Boeing to Acquire Hughes Satellite Systems Business
The Boeing Co. has announced plans to purchase the satellite systems business of Hughes Electronics Corp. in an all-cash transaction valued at $3.75 B. Under the terms of the acquisition, Boeing will acquire Hughes Space and Communications Co., a communications satellite manufacturer; Hughes Electron Dynamics, a supplier of satellite electronic components; and Spectrolab, a provider of solar cells and panels for satellites. Boeing’s large-scale integration capabilities, coupled with Hughes’ satellite systems operation, will enable Boeing to offer unparalleled integrated space, air and terrestrial information and communications systems to its customers. As a result of the acquisition, Hughes will become one of Boeing’s largest customers with contracts in place for five HS 601 HP satellites for PanAmSat and DIRECTV,® and five HS 702 satellites for PanAmSat and the Hughes Spaceway™ broadband system. The transaction is subject to regulatory and governmental review and is expected to close by the middle of this year.

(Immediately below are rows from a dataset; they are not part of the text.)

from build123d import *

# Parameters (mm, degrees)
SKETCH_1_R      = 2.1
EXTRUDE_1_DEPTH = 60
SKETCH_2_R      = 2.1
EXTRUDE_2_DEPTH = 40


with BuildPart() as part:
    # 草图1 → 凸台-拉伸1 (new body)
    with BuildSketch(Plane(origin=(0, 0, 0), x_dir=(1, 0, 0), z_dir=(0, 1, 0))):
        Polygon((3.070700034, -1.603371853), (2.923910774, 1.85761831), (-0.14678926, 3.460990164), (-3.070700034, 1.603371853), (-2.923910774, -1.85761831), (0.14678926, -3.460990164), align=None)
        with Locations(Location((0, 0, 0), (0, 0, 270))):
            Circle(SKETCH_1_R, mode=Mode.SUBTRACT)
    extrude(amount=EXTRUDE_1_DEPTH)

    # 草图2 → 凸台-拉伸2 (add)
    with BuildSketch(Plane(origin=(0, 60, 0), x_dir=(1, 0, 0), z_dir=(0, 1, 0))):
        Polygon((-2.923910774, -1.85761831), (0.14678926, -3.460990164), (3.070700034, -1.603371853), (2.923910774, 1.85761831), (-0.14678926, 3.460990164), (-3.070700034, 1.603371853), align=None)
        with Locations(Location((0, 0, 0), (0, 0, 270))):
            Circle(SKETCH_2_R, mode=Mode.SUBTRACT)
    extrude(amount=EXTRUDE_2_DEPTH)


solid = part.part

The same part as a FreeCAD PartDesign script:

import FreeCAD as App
import Part
import Sketcher

V = App.Vector


def add_polygon(sketch, points):
    """Adds a closed chain of lines whose ends are joined by coincident constraints."""
    first, n = sketch.GeometryCount, len(points)
    for a, b in zip(points, points[1:] + points[:1]):
        sketch.addGeometry(Part.LineSegment(App.Vector(*a, 0), App.Vector(*b, 0)), False)
    for i in range(n):
        sketch.addConstraint(Sketcher.Constraint("Coincident", first + i, 2, first + (i + 1) % n, 1))

doc = App.newDocument("Part")
body = doc.addObject("PartDesign::Body", "Body")

sketch1 = body.newObject("Sketcher::SketchObject", "Sketch")
sketch1.AttachmentSupport = (doc.getObject("XZ_Plane"), [""])
sketch1.MapMode = "FlatFace"
add_polygon(sketch1, [(3.1, 1.6), (2.9, -1.9), (-0.1, -3.5), (-3.1, -1.6), (-2.9, 1.9), (0.1, 3.5)])
sketch1.addGeometry(Part.Circle(V(0, 0, 0), V(0, 0, 1), 2.1), False)
sketch1.addConstraint(Sketcher.Constraint("Coincident", 6, 3, -1, 1))
sketch1.addConstraint(Sketcher.Constraint("Symmetric", 0, 2, 3, 2, -1, 1))
sketch1.addConstraint(Sketcher.Constraint("Symmetric", 1, 2, 4, 2, -1, 1))
sketch1.addConstraint(Sketcher.Constraint("Symmetric", 2, 2, 5, 2, -1, 1))
sketch1.addConstraint(Sketcher.Constraint("Equal", 0, 1))
sketch1.addConstraint(Sketcher.Constraint("Equal", 1, 2))
sketch1.addConstraint(Sketcher.Constraint("Diameter", 6, 4.2))
sketch1.addConstraint(Sketcher.Constraint("Distance", 0, 3.464102))
sketch1.addConstraint(Sketcher.Constraint("DistanceX", 2, 2, -1, 1, 3.0707))
sketch1.addConstraint(Sketcher.Constraint("DistanceX", 1, 2, 0, 2, 3.0707))
sketch1.addConstraint(Sketcher.Constraint("DistanceX", -1, 1, 0, 2, 2.923911))
pad1 = body.newObject("PartDesign::Pad", "Pad")
pad1.Profile = sketch1
pad1.Length = 60
pad1.Reversed = True

sketch2 = body.newObject("Sketcher::SketchObject", "Sketch001")
sketch2.AttachmentSupport = (doc.getObject("XZ_Plane"), [""])
sketch2.MapMode = "FlatFace"
sketch2.AttachmentOffset = App.Placement(V(0, 0, -60), App.Rotation())
add_polygon(sketch2, [(-2.9, 1.9), (0.1, 3.5), (3.1, 1.6), (2.9, -1.9), (-0.1, -3.5), (-3.1, -1.6)])
sketch2.addGeometry(Part.Circle(V(0, 0, 0), V(0, 0, 1), 2.1), False)
sketch2.addConstraint(Sketcher.Constraint("Coincident", 6, 3, -1, 1))
sketch2.addConstraint(Sketcher.Constraint("Symmetric", 0, 2, 3, 2, -1, 1))
sketch2.addConstraint(Sketcher.Constraint("Symmetric", 1, 2, 4, 2, -1, 1))
sketch2.addConstraint(Sketcher.Constraint("Symmetric", 2, 2, 5, 2, -1, 1))
sketch2.addConstraint(Sketcher.Constraint("Equal", 0, 1))
sketch2.addConstraint(Sketcher.Constraint("Equal", 1, 2))
sketch2.addConstraint(Sketcher.Constraint("Diameter", 6, 4.2))
sketch2.addConstraint(Sketcher.Constraint("Distance", 0, 3.464102))
sketch2.addConstraint(Sketcher.Constraint("DistanceX", -1, 1, 1, 2, 3.0707))
sketch2.addConstraint(Sketcher.Constraint("DistanceX", 3, 2, 2, 2, 3.0707))
sketch2.addConstraint(Sketcher.Constraint("DistanceX", -1, 1, 0, 2, 0.146789))
pad2 = body.newObject("PartDesign::Pad", "Pad001")
pad2.Profile = sketch2
pad2.Length = 40
pad2.Reversed = True

doc.recompute()
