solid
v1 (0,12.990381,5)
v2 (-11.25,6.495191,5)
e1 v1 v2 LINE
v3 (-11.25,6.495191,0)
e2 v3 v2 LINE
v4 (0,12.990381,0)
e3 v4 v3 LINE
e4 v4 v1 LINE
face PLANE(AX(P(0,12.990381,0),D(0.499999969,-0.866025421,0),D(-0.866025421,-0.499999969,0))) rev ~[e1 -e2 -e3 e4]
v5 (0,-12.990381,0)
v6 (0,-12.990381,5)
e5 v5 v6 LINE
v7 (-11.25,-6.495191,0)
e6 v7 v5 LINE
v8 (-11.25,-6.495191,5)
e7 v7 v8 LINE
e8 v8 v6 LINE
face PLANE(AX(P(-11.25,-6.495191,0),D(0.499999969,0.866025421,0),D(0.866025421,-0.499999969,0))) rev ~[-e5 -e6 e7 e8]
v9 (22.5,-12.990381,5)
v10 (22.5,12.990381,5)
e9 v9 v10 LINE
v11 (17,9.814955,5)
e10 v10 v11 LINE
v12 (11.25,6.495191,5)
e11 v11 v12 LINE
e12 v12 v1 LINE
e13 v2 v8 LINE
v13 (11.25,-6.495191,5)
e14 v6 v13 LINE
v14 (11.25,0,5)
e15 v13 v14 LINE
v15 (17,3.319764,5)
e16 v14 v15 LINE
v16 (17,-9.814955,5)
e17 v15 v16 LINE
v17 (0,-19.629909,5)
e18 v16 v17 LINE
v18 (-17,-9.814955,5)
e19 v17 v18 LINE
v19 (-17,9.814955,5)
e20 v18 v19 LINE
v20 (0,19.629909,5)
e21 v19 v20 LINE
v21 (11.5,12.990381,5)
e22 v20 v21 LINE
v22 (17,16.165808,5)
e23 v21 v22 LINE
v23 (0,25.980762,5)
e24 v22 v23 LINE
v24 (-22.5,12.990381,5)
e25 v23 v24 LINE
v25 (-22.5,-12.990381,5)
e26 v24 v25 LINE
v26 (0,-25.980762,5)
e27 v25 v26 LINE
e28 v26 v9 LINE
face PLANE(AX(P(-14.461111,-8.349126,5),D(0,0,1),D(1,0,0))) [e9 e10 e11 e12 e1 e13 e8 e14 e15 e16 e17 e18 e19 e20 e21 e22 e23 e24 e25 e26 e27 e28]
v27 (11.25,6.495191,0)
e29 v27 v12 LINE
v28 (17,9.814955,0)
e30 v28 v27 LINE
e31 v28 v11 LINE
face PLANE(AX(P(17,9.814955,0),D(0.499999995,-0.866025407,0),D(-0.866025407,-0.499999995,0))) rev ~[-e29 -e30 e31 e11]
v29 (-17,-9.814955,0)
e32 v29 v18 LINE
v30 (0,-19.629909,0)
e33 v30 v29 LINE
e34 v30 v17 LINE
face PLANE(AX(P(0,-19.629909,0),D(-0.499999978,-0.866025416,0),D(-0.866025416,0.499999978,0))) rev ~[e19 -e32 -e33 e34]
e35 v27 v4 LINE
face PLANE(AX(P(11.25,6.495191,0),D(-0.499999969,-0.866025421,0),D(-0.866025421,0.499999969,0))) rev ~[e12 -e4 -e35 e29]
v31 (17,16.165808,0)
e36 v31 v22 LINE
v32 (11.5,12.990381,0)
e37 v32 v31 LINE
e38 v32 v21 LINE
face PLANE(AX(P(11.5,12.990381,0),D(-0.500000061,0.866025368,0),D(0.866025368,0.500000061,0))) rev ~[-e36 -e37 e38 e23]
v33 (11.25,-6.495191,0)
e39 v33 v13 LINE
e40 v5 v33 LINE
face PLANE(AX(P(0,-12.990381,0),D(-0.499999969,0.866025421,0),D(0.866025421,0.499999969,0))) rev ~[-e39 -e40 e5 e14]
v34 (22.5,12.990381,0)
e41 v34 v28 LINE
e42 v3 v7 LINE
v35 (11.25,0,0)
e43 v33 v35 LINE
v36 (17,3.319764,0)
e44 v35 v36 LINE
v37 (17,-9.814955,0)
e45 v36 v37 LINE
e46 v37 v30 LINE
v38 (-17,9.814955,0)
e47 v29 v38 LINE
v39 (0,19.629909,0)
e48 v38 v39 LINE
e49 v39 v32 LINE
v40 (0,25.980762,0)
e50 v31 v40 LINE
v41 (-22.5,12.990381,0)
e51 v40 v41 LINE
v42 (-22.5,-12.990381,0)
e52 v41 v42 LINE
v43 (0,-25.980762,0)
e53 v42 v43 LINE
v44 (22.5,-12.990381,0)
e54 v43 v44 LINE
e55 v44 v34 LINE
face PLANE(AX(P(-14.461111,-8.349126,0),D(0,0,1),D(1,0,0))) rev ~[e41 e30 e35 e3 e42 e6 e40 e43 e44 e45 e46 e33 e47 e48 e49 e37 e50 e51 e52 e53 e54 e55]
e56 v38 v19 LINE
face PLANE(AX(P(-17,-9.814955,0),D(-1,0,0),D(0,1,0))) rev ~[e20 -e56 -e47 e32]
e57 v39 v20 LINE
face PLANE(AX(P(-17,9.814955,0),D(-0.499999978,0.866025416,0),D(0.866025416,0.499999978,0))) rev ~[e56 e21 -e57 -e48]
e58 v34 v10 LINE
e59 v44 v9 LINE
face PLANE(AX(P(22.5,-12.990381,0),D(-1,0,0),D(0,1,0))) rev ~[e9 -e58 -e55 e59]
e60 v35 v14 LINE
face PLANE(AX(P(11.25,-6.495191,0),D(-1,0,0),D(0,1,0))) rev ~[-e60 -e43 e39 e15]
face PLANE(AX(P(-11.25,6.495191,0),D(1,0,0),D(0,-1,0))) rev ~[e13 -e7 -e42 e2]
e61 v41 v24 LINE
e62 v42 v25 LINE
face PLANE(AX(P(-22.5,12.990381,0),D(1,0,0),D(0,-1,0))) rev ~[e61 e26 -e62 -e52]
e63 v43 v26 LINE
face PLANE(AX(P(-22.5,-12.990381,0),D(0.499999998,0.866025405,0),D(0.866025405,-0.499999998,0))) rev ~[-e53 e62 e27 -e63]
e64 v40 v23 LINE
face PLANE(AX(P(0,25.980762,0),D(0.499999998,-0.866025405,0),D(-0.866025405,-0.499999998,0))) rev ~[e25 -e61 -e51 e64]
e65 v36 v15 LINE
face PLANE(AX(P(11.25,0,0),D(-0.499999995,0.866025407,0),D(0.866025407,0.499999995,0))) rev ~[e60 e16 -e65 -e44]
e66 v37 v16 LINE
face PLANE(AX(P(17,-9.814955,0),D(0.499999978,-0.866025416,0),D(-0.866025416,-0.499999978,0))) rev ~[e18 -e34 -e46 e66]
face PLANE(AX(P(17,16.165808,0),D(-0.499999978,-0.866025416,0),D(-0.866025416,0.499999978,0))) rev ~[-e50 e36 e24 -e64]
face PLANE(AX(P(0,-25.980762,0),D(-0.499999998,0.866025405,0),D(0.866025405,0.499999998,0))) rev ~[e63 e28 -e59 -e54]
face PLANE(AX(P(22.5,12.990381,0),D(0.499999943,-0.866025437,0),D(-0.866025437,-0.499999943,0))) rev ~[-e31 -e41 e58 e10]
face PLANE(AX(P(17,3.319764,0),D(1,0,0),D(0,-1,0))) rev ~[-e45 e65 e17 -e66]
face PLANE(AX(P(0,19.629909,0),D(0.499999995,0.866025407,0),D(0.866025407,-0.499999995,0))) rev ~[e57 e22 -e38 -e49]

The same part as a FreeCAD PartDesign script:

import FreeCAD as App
import Part
import Sketcher
Q = App.Units.Quantity


def add_polygon(sketch, points):
    """Adds a closed chain of lines whose ends are joined by coincident constraints."""
    first, n = sketch.GeometryCount, len(points)
    for a, b in zip(points, points[1:] + points[:1]):
        sketch.addGeometry(Part.LineSegment(App.Vector(*a, 0), App.Vector(*b, 0)), False)
    for i in range(n):
        sketch.addConstraint(Sketcher.Constraint("Coincident", first + i, 2, first + (i + 1) % n, 1))

doc = App.newDocument("Part")
body = doc.addObject("PartDesign::Body", "Body")

# Sketch on XY plane
sketch1 = body.newObject("Sketcher::SketchObject", "Sketch")
sketch1.AttachmentSupport = (doc.getObject("XY_Plane"), [""])
sketch1.MapMode = "FlatFace"
add_polygon(sketch1, [(-22, -13), (0, -26), (22, -13), (22, 13), (17, 10), (11, 6), (0, 13), (-11, 6), (-11, -6), (0, -13), (11, -6), (11, 0), (17, 3), (17, -10), (0, -20), (-17, -10), (-17, 10), (0, 20), (12, 13), (17, 16), (0, 26), (-22, 13)])  # lines 0-21
sketch1.addConstraint(Sketcher.Constraint("Vertical", 2))
sketch1.addConstraint(Sketcher.Constraint("Vertical", 7))
sketch1.addConstraint(Sketcher.Constraint("Vertical", 10))
sketch1.addConstraint(Sketcher.Constraint("Vertical", 12))
sketch1.addConstraint(Sketcher.Constraint("Vertical", 15))
sketch1.addConstraint(Sketcher.Constraint("Vertical", 21))
sketch1.addConstraint(Sketcher.Constraint("Symmetric", 4, 2, 7, 2, -1, 1))
sketch1.addConstraint(Sketcher.Constraint("Symmetric", 5, 2, 8, 2, -1, 1))
sketch1.addConstraint(Sketcher.Constraint("Symmetric", 6, 2, 9, 2, -1, 1))
sketch1.addConstraint(Sketcher.Constraint("Symmetric", 3, 2, 14, 2, -1, 1))
sketch1.addConstraint(Sketcher.Constraint("Symmetric", 12, 2, 15, 2, -1, 1))
sketch1.addConstraint(Sketcher.Constraint("Symmetric", 13, 2, 16, 2, -1, 1))
sketch1.addConstraint(Sketcher.Constraint("Symmetric", 0, 2, 19, 2, -1, 1))
sketch1.addConstraint(Sketcher.Constraint("Symmetric", 1, 2, 20, 2, -1, 1))
sketch1.addConstraint(Sketcher.Constraint("PointOnObject", 0, 2, -2))
sketch1.addConstraint(Sketcher.Constraint("PointOnObject", 5, 2, -2))
sketch1.addConstraint(Sketcher.Constraint("PointOnObject", 10, 2, -1))
sketch1.addConstraint(Sketcher.Constraint("PointOnObject", 13, 2, -2))
sketch1.addConstraint(Sketcher.Constraint("Parallel", 1, 3))
sketch1.addConstraint(Sketcher.Constraint("Parallel", 3, 4))
sketch1.addConstraint(Sketcher.Constraint("Parallel", 0, 5))
sketch1.addConstraint(Sketcher.Constraint("Parallel", 4, 6))
sketch1.addConstraint(Sketcher.Constraint("Parallel", 9, 11))
sketch1.addConstraint(Sketcher.Constraint("Parallel", 11, 13))
sketch1.addConstraint(Sketcher.Constraint("Parallel", 8, 14))
sketch1.addConstraint(Sketcher.Constraint("Parallel", 14, 17))
sketch1.addConstraint(Sketcher.Constraint("Parallel", 16, 18))
sketch1.addConstraint(Sketcher.Constraint("Parallel", 17, 19))
sketch1.addConstraint(Sketcher.Constraint("Horizontal", 2, 2, 5, 2))
sketch1.addConstraint(Sketcher.Constraint("Horizontal", 4, 2, 6, 2))
sketch1.addConstraint(Sketcher.Constraint("Horizontal", 1, 2, 8, 2))
sketch1.addConstraint(Sketcher.Constraint("Horizontal", 5, 2, 17, 2))
sketch1.addConstraint(Sketcher.Constraint("Angle", 0, Q("-30 deg")))
sketch1.addConstraint(Sketcher.Constraint("DistanceX", -1, 1, 3, 2, 17.0))
sketch1.addConstraint(Sketcher.Constraint("DistanceX", 17, 2, 2, 2, 11.0))
sketch1.addConstraint(Sketcher.Constraint("DistanceY", 2, 1, 2, 2, 25.980762))
pad1 = body.newObject("PartDesign::Pad", "Pad")
pad1.Profile = sketch1
pad1.Length = 5

doc.recompute()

In related news, Hughes has announced plans to narrow the focus of its wireless business at Hughes Network Systems (HNS), Germantown, MD. The wireless business intends to discontinue its mobile cellular and narrowband local loop product lines after fulfilling outstanding obligations for the discontinued products. As a result of the decision, the wireless business will concentrate on its broadband point-to-multipoint product line. The company expects to record a fourth-quarter pre-tax charge of approximately $275 M. Hughes Electronics is undergoing major changes in its corporate structure and business mix that are designed to sharply focus the company’s resources and management attention on its high growth entertainment, information and business communications services.